Write out each line of the entries below that holds the word "revolve".

[Saved entries]

[Start of section]

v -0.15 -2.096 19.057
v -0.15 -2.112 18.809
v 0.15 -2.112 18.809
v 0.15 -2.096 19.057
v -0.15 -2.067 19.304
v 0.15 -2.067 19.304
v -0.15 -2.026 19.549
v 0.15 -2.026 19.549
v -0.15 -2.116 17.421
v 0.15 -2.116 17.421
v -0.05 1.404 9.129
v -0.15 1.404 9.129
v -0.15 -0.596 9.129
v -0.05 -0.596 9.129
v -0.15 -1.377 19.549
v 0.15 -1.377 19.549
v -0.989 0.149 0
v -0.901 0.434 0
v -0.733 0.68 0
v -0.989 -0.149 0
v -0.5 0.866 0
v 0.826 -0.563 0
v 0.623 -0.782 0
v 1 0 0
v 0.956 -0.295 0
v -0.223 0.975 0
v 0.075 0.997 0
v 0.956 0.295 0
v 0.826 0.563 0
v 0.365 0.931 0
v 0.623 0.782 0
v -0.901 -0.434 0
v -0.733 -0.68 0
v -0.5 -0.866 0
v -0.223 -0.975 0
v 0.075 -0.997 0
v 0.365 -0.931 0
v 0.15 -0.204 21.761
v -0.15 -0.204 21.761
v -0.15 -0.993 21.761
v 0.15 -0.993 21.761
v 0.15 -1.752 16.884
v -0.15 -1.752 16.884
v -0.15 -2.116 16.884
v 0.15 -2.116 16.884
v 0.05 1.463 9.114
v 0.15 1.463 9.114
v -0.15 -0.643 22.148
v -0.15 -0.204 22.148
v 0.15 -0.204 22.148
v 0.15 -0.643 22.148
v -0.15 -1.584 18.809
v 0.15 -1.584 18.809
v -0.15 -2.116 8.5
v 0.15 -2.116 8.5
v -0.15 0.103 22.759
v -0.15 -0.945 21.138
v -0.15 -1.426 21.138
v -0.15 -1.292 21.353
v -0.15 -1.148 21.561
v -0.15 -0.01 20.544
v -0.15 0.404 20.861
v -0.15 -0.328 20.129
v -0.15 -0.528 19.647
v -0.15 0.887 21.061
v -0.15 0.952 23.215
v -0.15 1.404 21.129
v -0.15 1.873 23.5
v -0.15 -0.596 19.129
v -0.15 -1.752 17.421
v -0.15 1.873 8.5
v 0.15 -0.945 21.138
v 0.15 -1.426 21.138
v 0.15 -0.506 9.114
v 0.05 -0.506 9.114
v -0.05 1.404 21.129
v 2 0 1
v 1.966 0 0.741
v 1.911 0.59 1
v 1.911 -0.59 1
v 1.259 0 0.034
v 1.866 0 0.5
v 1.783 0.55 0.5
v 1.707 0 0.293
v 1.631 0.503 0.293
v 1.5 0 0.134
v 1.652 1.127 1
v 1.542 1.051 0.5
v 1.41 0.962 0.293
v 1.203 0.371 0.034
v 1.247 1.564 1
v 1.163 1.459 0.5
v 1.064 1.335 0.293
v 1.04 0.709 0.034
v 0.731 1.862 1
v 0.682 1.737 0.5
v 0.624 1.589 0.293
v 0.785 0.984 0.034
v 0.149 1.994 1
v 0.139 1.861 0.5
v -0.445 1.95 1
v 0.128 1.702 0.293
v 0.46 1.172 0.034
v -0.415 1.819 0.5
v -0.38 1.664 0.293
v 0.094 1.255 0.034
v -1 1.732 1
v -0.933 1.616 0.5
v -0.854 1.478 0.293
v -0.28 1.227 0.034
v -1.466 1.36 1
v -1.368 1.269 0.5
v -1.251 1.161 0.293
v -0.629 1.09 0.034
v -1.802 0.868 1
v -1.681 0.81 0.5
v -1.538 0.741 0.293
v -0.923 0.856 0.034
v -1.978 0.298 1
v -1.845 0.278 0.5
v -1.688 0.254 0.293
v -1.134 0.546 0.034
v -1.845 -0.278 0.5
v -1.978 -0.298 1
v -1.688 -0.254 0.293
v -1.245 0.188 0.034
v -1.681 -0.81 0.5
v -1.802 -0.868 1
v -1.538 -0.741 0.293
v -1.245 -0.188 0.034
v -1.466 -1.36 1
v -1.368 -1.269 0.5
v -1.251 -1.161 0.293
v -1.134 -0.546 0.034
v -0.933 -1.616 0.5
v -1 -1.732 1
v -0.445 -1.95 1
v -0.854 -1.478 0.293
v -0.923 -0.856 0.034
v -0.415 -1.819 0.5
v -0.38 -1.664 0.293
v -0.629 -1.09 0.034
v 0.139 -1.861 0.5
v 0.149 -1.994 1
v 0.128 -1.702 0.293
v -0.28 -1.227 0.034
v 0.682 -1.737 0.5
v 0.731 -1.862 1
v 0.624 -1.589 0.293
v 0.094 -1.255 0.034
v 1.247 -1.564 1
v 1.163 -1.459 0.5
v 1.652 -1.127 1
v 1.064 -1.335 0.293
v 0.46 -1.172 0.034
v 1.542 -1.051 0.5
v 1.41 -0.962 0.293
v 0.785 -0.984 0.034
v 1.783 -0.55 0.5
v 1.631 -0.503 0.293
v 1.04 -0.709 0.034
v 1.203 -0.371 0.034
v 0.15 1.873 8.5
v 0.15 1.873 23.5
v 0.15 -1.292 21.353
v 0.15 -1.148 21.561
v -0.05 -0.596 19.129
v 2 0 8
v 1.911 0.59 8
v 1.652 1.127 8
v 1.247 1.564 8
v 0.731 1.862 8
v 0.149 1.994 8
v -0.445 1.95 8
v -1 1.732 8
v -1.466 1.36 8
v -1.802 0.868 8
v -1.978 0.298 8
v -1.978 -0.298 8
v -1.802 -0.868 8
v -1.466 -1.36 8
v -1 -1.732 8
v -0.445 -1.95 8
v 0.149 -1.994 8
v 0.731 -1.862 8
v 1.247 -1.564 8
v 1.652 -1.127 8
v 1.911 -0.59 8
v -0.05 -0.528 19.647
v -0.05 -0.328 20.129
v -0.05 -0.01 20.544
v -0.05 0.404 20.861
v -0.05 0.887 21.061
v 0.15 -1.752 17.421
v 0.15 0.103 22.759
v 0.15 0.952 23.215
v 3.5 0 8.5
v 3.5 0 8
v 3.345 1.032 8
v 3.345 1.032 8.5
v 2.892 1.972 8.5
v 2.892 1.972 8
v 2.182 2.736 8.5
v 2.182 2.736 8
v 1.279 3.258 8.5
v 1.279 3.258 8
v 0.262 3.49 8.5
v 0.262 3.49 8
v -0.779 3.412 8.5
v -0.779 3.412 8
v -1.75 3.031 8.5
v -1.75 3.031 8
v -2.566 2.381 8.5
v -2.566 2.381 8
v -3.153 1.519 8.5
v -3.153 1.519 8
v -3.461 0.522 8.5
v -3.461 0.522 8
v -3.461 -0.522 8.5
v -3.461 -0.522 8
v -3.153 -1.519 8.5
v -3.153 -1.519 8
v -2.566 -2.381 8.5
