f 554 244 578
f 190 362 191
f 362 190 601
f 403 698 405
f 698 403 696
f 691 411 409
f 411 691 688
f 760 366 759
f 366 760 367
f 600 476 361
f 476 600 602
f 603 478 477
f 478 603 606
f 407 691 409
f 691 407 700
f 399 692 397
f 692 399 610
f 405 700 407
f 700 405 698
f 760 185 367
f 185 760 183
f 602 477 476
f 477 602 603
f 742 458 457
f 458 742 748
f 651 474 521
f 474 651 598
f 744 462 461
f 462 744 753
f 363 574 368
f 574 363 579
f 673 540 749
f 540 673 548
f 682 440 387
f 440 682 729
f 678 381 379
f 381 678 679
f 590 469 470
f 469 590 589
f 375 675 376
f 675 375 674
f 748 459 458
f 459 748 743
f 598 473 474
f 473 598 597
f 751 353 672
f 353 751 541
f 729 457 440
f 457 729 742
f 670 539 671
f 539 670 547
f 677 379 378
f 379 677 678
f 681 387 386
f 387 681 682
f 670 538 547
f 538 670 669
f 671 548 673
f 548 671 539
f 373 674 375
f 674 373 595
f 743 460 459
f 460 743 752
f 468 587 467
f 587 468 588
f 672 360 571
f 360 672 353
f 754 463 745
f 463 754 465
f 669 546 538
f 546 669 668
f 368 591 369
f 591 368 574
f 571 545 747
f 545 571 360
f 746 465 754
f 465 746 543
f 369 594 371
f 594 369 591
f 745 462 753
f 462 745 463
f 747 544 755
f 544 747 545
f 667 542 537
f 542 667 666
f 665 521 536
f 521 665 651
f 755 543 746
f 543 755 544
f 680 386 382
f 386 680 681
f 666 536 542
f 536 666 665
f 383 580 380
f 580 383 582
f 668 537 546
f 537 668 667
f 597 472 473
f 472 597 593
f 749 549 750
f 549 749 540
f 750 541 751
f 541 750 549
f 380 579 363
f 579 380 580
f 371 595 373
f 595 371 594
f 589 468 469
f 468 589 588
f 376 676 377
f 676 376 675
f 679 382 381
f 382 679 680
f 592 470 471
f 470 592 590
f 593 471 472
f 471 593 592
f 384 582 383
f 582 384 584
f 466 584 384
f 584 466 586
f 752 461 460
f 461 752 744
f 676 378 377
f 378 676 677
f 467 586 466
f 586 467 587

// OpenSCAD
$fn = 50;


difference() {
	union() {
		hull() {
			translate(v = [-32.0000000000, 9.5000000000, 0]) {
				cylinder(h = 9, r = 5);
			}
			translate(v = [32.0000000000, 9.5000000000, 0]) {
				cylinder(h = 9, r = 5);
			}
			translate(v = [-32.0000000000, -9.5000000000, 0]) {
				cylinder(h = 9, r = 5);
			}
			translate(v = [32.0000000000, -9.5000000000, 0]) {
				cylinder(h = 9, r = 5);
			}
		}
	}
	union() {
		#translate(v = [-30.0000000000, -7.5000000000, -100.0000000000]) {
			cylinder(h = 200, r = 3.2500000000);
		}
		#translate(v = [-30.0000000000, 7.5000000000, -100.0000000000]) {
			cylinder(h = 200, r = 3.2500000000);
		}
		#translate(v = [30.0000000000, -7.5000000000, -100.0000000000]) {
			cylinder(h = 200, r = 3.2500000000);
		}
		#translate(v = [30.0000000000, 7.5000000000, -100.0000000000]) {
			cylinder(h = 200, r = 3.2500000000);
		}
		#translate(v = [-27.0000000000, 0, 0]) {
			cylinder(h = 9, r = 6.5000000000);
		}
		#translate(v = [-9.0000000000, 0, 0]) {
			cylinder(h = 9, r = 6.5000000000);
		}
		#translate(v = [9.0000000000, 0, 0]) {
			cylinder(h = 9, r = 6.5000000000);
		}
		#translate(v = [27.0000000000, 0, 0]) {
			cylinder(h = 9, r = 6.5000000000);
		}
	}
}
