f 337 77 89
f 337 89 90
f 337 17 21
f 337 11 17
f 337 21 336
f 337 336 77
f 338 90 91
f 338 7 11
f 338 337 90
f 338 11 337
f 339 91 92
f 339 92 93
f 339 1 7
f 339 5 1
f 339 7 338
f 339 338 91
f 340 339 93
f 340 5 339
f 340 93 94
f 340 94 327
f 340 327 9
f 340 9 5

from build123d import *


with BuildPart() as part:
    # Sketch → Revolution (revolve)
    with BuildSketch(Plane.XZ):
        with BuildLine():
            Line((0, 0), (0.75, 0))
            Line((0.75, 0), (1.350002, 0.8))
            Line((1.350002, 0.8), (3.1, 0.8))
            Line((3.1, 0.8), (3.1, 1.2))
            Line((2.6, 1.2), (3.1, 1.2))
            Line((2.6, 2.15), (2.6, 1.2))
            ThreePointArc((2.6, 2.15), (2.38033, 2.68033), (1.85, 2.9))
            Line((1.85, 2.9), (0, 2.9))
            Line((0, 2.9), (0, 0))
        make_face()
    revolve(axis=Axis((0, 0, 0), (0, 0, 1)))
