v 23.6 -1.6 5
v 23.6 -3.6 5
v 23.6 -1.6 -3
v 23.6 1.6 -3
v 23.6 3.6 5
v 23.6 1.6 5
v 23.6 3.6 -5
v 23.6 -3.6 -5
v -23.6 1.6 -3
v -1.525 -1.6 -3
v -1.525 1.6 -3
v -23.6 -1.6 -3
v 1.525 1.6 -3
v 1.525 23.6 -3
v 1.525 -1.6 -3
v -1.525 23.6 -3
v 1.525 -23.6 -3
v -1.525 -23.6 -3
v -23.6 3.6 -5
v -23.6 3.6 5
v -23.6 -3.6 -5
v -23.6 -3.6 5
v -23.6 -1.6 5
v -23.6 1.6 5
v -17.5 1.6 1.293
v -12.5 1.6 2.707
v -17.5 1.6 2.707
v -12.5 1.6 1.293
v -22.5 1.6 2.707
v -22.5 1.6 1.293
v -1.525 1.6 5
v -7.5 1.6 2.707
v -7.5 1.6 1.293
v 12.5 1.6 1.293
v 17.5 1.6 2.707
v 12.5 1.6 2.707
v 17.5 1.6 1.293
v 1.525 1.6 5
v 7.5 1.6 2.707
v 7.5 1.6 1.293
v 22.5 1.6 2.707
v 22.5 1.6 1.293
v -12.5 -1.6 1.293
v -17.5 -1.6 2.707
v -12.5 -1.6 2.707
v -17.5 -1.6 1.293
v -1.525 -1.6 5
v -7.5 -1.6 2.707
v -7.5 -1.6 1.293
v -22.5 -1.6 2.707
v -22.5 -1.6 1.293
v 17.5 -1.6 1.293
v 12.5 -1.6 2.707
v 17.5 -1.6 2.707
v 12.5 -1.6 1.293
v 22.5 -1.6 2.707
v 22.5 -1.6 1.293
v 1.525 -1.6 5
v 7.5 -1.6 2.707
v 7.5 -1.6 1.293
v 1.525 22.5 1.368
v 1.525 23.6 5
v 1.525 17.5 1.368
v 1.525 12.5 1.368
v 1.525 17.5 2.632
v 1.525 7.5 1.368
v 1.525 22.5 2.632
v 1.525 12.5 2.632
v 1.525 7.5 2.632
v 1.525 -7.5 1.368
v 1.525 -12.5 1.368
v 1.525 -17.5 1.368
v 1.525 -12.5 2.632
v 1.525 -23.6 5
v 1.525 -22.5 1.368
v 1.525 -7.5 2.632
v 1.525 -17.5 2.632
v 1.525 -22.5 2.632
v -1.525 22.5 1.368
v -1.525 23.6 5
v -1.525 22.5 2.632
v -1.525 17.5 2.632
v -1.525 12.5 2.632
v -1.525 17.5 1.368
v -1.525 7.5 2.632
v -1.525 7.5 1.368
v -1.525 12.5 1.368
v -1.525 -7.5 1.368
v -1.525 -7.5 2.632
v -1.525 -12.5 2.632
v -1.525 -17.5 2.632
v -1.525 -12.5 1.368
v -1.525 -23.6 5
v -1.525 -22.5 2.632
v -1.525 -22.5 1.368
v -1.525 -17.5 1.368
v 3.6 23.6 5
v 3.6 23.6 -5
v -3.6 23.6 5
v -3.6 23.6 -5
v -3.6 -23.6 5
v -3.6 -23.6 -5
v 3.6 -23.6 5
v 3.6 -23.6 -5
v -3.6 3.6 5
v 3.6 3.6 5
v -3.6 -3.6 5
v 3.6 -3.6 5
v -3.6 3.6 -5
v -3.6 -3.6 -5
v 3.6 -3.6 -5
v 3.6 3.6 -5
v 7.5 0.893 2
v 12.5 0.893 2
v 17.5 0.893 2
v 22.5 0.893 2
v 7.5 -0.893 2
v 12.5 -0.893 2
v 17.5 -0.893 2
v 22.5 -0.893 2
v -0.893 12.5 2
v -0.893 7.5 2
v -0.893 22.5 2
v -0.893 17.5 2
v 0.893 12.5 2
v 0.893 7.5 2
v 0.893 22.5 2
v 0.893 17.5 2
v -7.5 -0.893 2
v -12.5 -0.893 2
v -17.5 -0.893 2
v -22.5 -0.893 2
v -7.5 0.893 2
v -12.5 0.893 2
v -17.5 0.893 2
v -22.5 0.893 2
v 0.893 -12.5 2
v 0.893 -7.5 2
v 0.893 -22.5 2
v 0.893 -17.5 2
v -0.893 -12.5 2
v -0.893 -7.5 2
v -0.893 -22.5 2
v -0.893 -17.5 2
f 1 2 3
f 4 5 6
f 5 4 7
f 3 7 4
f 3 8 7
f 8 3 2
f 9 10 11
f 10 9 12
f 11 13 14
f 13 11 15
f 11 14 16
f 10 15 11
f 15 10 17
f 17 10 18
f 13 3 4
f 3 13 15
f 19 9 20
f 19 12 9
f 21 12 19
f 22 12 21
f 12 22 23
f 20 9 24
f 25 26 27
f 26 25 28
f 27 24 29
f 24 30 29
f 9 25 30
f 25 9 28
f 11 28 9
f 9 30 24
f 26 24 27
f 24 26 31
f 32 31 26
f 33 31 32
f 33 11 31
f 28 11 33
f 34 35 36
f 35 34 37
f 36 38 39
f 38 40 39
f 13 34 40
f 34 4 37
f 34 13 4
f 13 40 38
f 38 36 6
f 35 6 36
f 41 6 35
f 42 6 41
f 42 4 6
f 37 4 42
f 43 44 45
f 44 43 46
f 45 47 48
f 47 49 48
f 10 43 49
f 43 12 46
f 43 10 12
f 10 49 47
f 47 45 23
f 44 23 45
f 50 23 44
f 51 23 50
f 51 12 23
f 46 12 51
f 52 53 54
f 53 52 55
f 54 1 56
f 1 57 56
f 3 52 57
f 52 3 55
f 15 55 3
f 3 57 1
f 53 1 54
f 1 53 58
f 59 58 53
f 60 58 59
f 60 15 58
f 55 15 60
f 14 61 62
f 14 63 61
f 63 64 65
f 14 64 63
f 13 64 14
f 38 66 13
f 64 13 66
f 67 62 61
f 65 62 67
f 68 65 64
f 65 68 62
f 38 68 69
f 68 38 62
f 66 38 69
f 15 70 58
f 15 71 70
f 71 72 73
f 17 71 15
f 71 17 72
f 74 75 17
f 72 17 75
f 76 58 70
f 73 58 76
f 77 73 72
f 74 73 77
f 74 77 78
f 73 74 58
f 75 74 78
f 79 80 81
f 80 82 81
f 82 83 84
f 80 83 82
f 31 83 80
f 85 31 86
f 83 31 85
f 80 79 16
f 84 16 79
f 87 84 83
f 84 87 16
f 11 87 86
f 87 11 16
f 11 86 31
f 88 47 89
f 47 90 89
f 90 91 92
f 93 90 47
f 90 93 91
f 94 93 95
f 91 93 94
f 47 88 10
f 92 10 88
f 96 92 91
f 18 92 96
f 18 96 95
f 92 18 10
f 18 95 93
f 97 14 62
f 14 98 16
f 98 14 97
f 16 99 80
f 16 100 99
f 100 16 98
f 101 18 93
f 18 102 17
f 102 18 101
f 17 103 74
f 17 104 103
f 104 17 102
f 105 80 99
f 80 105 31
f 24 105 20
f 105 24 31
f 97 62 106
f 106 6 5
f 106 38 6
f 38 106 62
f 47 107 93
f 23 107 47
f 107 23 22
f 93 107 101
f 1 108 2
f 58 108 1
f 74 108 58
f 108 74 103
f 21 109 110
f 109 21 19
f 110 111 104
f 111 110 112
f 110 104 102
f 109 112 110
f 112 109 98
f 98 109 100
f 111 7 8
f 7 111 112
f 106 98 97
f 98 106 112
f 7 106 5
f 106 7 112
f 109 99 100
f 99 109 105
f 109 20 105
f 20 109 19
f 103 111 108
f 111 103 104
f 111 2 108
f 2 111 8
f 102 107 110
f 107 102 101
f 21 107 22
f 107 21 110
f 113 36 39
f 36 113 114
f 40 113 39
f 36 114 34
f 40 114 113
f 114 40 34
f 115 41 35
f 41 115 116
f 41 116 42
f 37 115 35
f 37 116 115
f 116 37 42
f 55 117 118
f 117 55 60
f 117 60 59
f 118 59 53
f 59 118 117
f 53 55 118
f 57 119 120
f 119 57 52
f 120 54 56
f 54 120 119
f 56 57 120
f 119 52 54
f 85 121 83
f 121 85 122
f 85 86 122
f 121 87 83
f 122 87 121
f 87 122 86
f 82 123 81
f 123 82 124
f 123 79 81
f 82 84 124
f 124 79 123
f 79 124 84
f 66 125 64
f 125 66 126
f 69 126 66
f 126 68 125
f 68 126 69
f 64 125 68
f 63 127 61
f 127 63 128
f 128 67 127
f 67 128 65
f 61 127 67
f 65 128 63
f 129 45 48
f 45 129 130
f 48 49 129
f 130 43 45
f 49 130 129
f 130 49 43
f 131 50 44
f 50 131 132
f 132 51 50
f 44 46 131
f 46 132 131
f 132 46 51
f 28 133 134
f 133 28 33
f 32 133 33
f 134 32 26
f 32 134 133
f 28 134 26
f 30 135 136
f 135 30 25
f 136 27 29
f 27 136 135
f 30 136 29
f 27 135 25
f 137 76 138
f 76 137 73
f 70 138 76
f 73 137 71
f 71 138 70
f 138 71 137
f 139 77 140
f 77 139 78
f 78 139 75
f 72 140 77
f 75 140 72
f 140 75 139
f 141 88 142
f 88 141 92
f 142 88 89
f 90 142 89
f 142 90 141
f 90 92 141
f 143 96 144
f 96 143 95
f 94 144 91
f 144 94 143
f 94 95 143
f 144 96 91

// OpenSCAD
/*
 * Variable Schubladenunterteilung
 * Author: Felicia <felicia@drachenkatze.org>
 */

/* Width of the paper rail
 * If you use clips, this should be your paper
 * width plus the clip height. If your 3D printer isn't
 * precise and tends to print gaps larger than they are,
 * you might need to test it with 0.1mm increments.
 */
paperwidth=3.2; 
      
/* The length of the paper guide rails */      
guidelen=20;

/* The outside width of the rails. Depends on your
 * 3D Printer. A 2mm thick rail is usually good */
guidewidth=2;   // How thick should the rails be

/* The rail height */
height=10;      // How high should the rails be

/* The base thickness */
bottomwidth=2;  // Base thickness

tri=false;       // Should it be a quad or tri piece
edge=false;      // If true, renders an edge piece

// Advanced
clips=true;     // If true, adds clips to hold the paper
clipsize=0.5;   // The clip height
clipwidth=5;       // The width of the clips
clipheight = 2; // The offset of the clips relative to the model's centre

module maincube () {
cube([
    (2*guidelen)+(2*guidewidth)+paperwidth,
    (2*guidelen)+(2*guidewidth)+paperwidth,
    height],
    center=true);
}

module paperguides (trilen) {
    vlen = (2*guidelen)+(2*guidewidth)+paperwidth;
    trilen = vlen;
    
    if (tri) {
        trilen = guidelen;
    } else {
        trilen = vlen;
    }
        
    translate([0,0,bottomwidth]) {
    cube([
    vlen,
    paperwidth,
    height],
    center=true);
        
        cube([
        paperwidth-0.15,
        trilen,
    height],
    center=true);
    }
}

module cutawaycube () {
cube([guidelen,guidelen,height],center=true);
}

cutawayoffset=guidelen/2+paperwidth/2+guidewidth;

module all () {
difference () {
    maincube();
    paperguides(tri);
    
    translate([cutawayoffset,cutawayoffset,0]) {
    cutawaycube();
    }
    
    
    translate([-cutawayoffset,cutawayoffset,0]) {
    cutawaycube();
    }
    
    translate([cutawayoffset,-cutawayoffset,0]) {
    cutawaycube();
    }
    
    translate([-cutawayoffset,-cutawayoffset,0]) {
    cutawaycube();
    }
    
}

    if (clips) {
    rotate([0,0,0]) {
    clips();
    }
    rotate([0,0,90]) {
    clips();
    }
    rotate([0,0,180]) {
    clips();
    }
    rotate([0,0,270]) {
    clips();
    }
}
}

difference() {
    all();
    
    if (tri || edge) {
        translate([0,paperwidth+(2*guidewidth)+guidelen]) {
        cube([(2*guidelen)+(2*guidewidth)+paperwidth,
               (2*guidelen)+(2*guidewidth)+paperwidth,
        height],center=true);
        }
    }
    
    if (edge) {
        rotate([0,0,90]) {
        translate([0,paperwidth+(2*guidewidth)+guidelen]) {
        cube([(2*guidelen)+(2*guidewidth)+paperwidth,
               (2*guidelen)+(2*guidewidth)+paperwidth,
        height],center=true);
        }
    }
    }
    
    
}

// Generates a single, 45° rotated clip
module clip () {
    translate([0,0,clipheight]) {
    rotate([45,0,0]) {
     cube([clipwidth, clipsize*2, clipsize*2],center=true);
    }
    }
}

module twoclips () {
    translate([guidelen/4*2,0,0]) {
    clip();
    }
    
    translate([guidelen/4*4,0,0]) {
    clip();
    }
}

module clips () {
    translate([0,paperwidth/2,0]) {
    twoclips();
    }
    
    translate([0,0-paperwidth/2,0]) {
    twoclips();
    }
}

[End of section]

Response =
    # Sketch → Revolution (revolve)
    revolve(axis=Axis((0, 0, 0), (0, 0, 1)))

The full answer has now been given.